Pair of LulaRoe leggings- Thank you Lauren Hill (Military Wife/Mama herself)

$30 Shop Credit- CoverLove Pillows (Military Wife)

BenShot ‘Merica Etched Shot Glass- Thank you BenShot

Custom Cup– Thank you Sip&Sparkle

$25 Dinner Gift Card on me and if you are local free session as well! 🙂

BELOW IS THE LINK TO THE GIVEAWAY!

 

a Rafflecopter giveaway

with love,

Alysha

  1. Natasha Bradley says:

    Beautiful! Military life has its challenges for sure and like you said, yes, we know what we are signed up for, but it doesn’t make the separation any easier. My husband is a Petty Officer in the Navy and when he deployed for the first time back in 2012, my boys were 2 and 6 months old. His deployment was supposed to be 6 months long but was extended to 10 months after his ship was struck by a Japanese Tanker. There was a period after the collision that we back home knew what had happened but that was it. We had no other information to whether or not anyone was hurt or killed. The next day I finally got a 20 second phone call from my husband. Long enough to tell me he was ok and that was all he could tell me at the time. That was the greatest phone call I’ve ever gotten! I hope whoever reads your post really takes it to heart about reaching out because without my family and friends during those 10 months I don’t know if I would have made it (completely sane anyways lol) Please thank Drew for his service and to anyone else reading this who has served or is serving still, my family and I thank you! <3

    • Alysha Hogsett says:

      Geez Natasha! My heart! My eyes are filling with tears reading this! It is so hard being a military spouse. It is. And people don’t realize what these families sacrifice daily for their significant others to sacrifice sometimes their life. Their life. It is so important for wives, loved ones to have open communication about their life and struggles because bottling it in only makes it worse! I am here for your sweet family! <3 Thank your sweet husband for his service! <3

  2. Sarah Grant says:

    I ❤️ Your ❤️!! Kyle leaves for an army class this weekend for a month and I’m not looking forward to it!! I can’t imagine how bad it’s gonna suck when he deploys!!! This hits home for me, especially with Kaelyn so little!
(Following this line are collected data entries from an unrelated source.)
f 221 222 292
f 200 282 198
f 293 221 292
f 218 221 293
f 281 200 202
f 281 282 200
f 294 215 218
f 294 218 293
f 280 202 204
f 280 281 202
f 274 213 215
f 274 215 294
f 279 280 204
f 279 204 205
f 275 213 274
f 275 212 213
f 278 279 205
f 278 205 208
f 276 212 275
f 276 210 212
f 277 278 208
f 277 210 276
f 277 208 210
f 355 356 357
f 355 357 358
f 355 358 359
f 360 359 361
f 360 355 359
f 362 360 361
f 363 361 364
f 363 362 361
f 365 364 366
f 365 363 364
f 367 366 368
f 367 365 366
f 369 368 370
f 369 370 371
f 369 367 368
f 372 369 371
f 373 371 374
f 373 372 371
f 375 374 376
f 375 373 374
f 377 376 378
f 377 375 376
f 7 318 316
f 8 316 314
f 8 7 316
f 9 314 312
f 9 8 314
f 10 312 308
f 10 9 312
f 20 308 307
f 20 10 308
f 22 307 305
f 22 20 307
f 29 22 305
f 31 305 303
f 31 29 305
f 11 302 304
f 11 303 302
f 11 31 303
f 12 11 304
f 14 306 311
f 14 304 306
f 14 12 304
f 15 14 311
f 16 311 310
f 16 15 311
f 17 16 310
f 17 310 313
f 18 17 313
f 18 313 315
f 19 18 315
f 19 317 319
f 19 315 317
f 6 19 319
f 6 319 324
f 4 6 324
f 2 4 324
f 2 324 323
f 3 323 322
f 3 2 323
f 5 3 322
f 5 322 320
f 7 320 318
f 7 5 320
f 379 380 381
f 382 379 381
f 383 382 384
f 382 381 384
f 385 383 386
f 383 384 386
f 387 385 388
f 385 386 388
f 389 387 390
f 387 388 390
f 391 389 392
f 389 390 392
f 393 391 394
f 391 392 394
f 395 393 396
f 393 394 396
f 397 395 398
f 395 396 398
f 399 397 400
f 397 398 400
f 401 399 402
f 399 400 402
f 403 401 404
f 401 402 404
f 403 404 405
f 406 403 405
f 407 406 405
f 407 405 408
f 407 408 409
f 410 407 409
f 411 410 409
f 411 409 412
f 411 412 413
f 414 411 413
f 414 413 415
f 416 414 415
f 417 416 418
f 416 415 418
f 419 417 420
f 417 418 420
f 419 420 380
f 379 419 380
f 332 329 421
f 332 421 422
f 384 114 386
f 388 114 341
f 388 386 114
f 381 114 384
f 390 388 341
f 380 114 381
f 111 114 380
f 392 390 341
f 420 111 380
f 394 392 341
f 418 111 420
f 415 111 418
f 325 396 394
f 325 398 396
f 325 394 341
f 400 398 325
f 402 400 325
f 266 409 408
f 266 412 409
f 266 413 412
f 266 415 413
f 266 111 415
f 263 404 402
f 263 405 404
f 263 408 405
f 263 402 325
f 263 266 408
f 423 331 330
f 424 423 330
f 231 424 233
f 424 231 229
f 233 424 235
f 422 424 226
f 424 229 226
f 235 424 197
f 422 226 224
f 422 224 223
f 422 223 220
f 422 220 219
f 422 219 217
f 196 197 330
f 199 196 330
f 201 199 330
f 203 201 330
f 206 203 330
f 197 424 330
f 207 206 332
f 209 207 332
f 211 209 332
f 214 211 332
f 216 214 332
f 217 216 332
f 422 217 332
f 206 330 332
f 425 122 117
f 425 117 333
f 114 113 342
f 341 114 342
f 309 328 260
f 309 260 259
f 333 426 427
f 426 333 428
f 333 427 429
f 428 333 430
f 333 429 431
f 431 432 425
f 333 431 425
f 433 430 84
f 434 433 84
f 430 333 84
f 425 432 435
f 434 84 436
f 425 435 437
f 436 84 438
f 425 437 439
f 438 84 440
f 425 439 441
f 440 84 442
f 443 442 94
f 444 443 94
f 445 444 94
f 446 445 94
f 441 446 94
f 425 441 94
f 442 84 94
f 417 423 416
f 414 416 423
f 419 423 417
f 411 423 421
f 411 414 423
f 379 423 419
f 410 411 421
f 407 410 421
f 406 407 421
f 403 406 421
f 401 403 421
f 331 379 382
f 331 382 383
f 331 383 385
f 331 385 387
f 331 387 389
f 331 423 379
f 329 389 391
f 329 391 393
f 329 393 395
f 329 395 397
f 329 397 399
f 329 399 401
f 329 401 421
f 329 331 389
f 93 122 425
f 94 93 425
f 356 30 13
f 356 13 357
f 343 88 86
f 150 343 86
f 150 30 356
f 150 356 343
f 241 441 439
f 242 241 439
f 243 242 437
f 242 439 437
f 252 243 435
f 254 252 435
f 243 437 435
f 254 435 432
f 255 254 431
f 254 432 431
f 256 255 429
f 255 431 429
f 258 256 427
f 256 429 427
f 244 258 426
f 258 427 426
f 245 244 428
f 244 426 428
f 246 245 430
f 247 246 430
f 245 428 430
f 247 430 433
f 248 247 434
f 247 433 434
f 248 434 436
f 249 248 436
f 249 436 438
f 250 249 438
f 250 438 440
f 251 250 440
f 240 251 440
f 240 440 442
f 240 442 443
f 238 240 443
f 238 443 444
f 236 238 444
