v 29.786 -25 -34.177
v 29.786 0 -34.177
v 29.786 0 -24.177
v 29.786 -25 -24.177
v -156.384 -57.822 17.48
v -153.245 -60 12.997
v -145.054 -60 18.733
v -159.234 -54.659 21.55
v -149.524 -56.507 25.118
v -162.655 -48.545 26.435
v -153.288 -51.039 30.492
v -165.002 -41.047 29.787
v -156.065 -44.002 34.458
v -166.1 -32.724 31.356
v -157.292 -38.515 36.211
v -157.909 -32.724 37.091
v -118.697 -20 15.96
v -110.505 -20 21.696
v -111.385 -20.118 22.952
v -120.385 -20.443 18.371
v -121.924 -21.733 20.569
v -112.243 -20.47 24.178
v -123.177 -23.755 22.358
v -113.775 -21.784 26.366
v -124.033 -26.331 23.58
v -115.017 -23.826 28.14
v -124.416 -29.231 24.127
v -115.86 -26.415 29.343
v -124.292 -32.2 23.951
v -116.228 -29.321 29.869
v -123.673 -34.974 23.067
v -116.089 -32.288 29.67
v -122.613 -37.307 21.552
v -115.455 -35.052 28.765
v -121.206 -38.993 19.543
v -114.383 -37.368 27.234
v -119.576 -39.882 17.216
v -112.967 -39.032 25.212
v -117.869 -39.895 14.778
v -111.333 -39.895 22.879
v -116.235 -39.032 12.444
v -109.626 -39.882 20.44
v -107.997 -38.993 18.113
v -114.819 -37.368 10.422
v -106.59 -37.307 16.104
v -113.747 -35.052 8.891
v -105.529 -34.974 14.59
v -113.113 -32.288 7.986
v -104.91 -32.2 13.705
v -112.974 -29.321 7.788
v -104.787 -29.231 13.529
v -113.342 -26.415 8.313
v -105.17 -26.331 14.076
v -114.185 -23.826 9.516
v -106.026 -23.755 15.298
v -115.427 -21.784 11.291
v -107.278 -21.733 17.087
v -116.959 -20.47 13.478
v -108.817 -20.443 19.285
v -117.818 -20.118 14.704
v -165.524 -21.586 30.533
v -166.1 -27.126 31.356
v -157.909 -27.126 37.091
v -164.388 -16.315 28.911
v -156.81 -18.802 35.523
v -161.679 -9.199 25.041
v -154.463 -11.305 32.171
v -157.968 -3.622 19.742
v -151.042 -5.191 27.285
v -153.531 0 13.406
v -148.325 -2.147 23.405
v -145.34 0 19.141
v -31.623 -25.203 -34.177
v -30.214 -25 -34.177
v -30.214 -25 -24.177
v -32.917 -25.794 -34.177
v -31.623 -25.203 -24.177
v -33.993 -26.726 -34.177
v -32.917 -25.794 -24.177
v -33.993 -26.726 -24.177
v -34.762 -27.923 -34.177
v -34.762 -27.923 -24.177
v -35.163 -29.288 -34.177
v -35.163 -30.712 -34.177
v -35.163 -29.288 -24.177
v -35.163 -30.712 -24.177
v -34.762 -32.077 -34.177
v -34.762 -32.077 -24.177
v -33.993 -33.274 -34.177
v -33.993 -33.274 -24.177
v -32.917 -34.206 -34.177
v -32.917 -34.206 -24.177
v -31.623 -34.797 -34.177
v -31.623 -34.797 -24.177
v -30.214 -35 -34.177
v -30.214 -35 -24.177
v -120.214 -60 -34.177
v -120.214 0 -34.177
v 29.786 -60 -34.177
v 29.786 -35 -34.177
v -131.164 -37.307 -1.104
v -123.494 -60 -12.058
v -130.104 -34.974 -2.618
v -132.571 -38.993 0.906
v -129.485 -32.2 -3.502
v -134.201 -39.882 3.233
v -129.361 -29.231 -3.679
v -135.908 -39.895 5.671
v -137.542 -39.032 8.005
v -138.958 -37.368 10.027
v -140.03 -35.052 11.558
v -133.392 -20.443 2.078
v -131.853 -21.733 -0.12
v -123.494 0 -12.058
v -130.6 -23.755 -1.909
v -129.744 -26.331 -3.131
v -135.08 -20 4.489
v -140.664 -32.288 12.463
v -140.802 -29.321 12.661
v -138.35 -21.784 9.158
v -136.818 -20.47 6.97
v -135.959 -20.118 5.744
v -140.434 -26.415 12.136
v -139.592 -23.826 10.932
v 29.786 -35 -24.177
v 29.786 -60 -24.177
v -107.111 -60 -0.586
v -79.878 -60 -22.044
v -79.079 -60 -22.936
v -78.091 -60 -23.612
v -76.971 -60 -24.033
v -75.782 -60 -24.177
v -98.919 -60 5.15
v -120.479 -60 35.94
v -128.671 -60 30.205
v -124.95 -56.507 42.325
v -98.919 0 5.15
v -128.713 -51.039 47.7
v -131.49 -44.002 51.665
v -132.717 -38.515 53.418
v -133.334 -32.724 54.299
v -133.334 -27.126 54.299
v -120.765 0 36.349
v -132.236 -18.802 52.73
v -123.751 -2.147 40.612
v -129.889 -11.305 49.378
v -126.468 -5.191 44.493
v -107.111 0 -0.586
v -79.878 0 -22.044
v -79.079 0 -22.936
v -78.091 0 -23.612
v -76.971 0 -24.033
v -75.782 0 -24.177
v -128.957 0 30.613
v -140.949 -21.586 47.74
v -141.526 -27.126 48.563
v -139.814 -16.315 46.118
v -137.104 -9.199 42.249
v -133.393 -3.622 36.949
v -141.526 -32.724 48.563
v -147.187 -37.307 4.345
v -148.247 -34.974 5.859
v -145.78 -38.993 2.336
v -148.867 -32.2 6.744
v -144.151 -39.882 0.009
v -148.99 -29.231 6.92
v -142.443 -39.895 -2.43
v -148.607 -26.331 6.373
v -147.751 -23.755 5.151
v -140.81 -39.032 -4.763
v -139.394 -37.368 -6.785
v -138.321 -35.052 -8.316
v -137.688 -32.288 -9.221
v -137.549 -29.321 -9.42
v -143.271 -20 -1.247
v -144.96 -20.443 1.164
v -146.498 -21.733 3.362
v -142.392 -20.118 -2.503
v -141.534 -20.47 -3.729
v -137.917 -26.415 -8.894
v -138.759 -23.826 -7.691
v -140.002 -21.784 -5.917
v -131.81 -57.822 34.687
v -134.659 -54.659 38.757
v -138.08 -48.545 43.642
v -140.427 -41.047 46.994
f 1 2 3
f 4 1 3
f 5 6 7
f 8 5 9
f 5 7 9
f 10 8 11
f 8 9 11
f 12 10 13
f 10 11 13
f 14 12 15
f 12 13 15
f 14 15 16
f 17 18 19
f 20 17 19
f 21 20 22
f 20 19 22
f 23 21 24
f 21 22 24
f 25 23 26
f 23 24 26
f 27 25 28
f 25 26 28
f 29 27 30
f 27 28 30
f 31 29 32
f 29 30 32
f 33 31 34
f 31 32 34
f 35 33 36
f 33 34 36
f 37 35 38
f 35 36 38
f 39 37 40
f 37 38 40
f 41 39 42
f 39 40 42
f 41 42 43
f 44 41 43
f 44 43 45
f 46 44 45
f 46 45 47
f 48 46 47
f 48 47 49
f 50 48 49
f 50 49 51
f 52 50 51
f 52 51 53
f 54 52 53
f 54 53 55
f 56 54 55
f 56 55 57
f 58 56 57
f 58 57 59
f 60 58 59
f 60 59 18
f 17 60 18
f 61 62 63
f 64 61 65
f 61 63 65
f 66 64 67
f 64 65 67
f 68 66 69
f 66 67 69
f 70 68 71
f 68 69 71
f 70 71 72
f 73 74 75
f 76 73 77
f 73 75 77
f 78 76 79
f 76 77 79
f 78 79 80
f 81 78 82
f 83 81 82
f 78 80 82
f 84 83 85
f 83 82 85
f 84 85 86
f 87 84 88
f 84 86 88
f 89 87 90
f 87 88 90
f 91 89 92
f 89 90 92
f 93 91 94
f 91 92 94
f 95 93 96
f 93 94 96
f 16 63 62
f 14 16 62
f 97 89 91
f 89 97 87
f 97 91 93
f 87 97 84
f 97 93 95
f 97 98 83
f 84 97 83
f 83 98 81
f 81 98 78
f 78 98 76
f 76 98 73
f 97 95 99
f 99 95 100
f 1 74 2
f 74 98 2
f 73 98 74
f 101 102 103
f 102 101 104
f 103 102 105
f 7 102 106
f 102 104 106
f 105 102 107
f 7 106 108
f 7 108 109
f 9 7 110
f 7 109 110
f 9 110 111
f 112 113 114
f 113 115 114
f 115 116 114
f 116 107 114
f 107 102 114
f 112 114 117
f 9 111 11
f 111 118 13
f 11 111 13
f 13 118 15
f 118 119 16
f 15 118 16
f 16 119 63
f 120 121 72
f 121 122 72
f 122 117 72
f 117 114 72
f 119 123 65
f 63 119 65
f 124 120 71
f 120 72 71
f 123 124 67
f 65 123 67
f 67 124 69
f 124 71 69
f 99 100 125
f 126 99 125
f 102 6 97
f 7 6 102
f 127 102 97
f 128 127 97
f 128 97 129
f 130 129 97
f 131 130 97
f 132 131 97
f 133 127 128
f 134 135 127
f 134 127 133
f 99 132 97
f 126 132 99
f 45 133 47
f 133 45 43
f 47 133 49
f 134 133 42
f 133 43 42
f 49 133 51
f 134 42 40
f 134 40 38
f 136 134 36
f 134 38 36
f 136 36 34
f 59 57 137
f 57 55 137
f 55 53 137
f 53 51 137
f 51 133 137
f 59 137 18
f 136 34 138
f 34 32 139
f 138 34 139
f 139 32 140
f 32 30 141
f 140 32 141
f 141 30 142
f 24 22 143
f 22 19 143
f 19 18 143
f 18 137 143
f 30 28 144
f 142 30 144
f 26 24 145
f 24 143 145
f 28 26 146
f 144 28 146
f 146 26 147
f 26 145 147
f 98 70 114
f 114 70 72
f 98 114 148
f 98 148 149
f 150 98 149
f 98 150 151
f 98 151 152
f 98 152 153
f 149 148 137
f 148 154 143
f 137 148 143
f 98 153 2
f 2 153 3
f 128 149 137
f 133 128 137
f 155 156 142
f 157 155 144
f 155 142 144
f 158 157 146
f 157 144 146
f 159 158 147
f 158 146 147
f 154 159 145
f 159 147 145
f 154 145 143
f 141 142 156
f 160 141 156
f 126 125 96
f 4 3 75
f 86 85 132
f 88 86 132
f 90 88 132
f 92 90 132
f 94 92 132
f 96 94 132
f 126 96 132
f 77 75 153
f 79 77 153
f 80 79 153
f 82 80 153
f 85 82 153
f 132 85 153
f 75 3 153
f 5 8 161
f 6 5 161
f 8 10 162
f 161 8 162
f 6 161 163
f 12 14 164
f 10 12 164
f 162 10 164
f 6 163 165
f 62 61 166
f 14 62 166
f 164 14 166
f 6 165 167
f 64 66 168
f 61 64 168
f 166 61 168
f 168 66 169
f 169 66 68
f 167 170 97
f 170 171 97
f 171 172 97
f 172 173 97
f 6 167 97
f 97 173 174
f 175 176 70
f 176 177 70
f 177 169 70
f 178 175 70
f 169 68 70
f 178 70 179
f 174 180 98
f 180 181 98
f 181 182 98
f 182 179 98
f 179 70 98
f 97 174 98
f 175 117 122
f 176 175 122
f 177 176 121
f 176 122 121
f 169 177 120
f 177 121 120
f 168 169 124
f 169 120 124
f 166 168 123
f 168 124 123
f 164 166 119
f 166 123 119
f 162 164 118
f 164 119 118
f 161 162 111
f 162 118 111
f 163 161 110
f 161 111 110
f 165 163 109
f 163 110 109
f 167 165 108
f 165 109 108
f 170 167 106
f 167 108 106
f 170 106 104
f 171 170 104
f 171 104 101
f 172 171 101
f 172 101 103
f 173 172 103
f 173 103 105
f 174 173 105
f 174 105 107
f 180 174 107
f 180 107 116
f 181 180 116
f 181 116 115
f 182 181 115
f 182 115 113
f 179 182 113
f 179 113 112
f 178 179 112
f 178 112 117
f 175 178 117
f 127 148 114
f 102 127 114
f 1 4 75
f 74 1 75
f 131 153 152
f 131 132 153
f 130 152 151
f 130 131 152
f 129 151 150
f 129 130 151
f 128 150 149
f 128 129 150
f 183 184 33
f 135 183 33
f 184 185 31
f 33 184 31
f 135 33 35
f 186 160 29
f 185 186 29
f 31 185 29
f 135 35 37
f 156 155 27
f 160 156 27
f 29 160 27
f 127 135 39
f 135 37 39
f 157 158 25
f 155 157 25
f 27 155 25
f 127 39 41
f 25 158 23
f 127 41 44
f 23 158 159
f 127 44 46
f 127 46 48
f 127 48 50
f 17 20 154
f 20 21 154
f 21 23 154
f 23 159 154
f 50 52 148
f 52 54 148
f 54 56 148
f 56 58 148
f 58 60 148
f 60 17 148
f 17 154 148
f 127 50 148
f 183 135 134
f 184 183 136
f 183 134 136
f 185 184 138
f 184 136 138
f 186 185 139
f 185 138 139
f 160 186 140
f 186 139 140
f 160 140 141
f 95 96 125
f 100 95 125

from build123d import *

# Parameters (mm, degrees)
F1_DEPTH = 60
F3_DEPTH = 77.588705
F4_R     = 10
F5_DEPTH = 52.1
F7_DEPTH = 25
F8_R     = 5


with BuildPart() as f1:
    # F0 (on Front) → F1 (new body)
    with BuildSketch(Plane.XZ):
        Polygon((-120.213985, -34.176537), (29.786015, -34.176537), (29.786015, -24.176537), (-78.385077, -24.176537), (-98.919432, 5.149562), (-133.334018, 54.298684), (-141.525538, 48.56292), (-107.110952, -0.586203), (-123.493993, -12.057731), (-157.908579, 37.091391), (-166.1001, 31.355627), align=None)
    extrude(amount=F1_DEPTH)

    # F2 (on face) → F3 (cut, through all)
    with BuildSketch(Plane(origin=(-63.956432, 0, -44.782776), x_dir=(0, 1, 0), z_dir=(0.819152, 0, 0.573576))):
        with BuildLine():
            ThreePointArc((-60, 80.946133), (-29.664459, 121.080285), (0, 80.447599))
            Line((0, 80.447599), (29.212171, 131.16917))
            Line((29.212171, 131.16917), (-70.869207, 149.550825))
            Line((-70.869207, 149.550825), (-73.535636, 96.864909))
            Line((-73.535636, 96.864909), (-60, 80.946133))
        make_face()
    extrude(amount=-F3_DEPTH, mode=Mode.SUBTRACT)

    # F4 (on face) → F5 (cut)
    with BuildSketch(Plane(origin=(-63.956432, 0, -44.782776), x_dir=(0, 1, 0), z_dir=(0.819152, 0, 0.573576))):
        with Locations((-30, 81.155573)):
            Circle(F4_R)
    extrude(amount=-F5_DEPTH, mode=Mode.SUBTRACT)

    # F6 (on face) → F7 (cut)
    with BuildSketch(Plane.XY.offset(-24.176537)):
        with BuildLine():
            ThreePointArc((-30.213985, -35), (-26.678451, -33.535534), (-25.213985, -30))
            ThreePointArc((-25.213985, -30), (-26.678451, -26.464466), (-30.213985, -25))
            ThreePointArc((-30.213985, -25), (-35.213985, -30), (-30.213985, -35))
        make_face()
        with BuildLine():
            ThreePointArc((-30.213985, -25), (-26.678451, -26.464466), (-25.213985, -30))
            ThreePointArc((-25.213985, -30), (-26.678451, -33.535534), (-30.213985, -35))
            Line((-30.213985, -35), (33.633854, -35))
            Line((33.633854, -35), (34.827039, -25))
            Line((34.827039, -25), (-30.213985, -25))
        make_face()
    extrude(amount=-F7_DEPTH, mode=Mode.SUBTRACT)

    # F8
    f8_edges = [f1.edges().sort_by_distance(p)[0] for p in [
        (-78.385077, -30, -24.176537),
    ]]
    fillet(f8_edges, radius=F8_R)


solid = f1.part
  3. Morgan Brooking Byrd says:

    I love that you posted about this. It’s so true that it is hard to find people that relate to military life (especially military wife) because it’s a unique thing to go through. I don’t know how you were with your husband being in the reserves, but I find it even more difficult because we are a Guard family. My hubby is full time Guard so it’s his career but we are not stationed anywhere (as in no base to turn to be a part of) so it’s a little isolating sometimes. The Army suites him though and I am so proud of him. I am glad he can live his military dreams, serve his country with his career, and still have the home he desires because he does things through the guard side.

    We have been through one deployment as a couple, but he has been deployed twice. I think we are looking at least one more before his time is done and it makes me anxious sometimes. He truly is my best friend a great father to our girls.

    Thank you for sharing your story. I also love how God used that time to help you find Vertical Church and find a friend in Tiffany. Such an awesome part of your testimony. Military life (and of course just life) is less lonely when we open up ourselves to God’s presence.

  4. Tina Burkett says:

    All of your pictures are so amazing, but you have truly touched my heart with these. As a former military spouse (when there were no cell phones, skype and face time), I understand the anxiety and loneliness when your husband is away. I am now a military mom and my sense of patriotism is like nothing I’ve ever felt before. Every military member is my child now!! I go out of my way to speak, buy a meal, give a handshake or hug and thank them for their service. I cry at the National Anthem and homecoming videos. And I have cried a different cry when a fellow mom has lost her military child.

    Thank you for honoring our military members and for being so proud and supportive of your husband. I thank him for his service! I pray every day for my daughter and that all of our service members are under His watch and come home safely.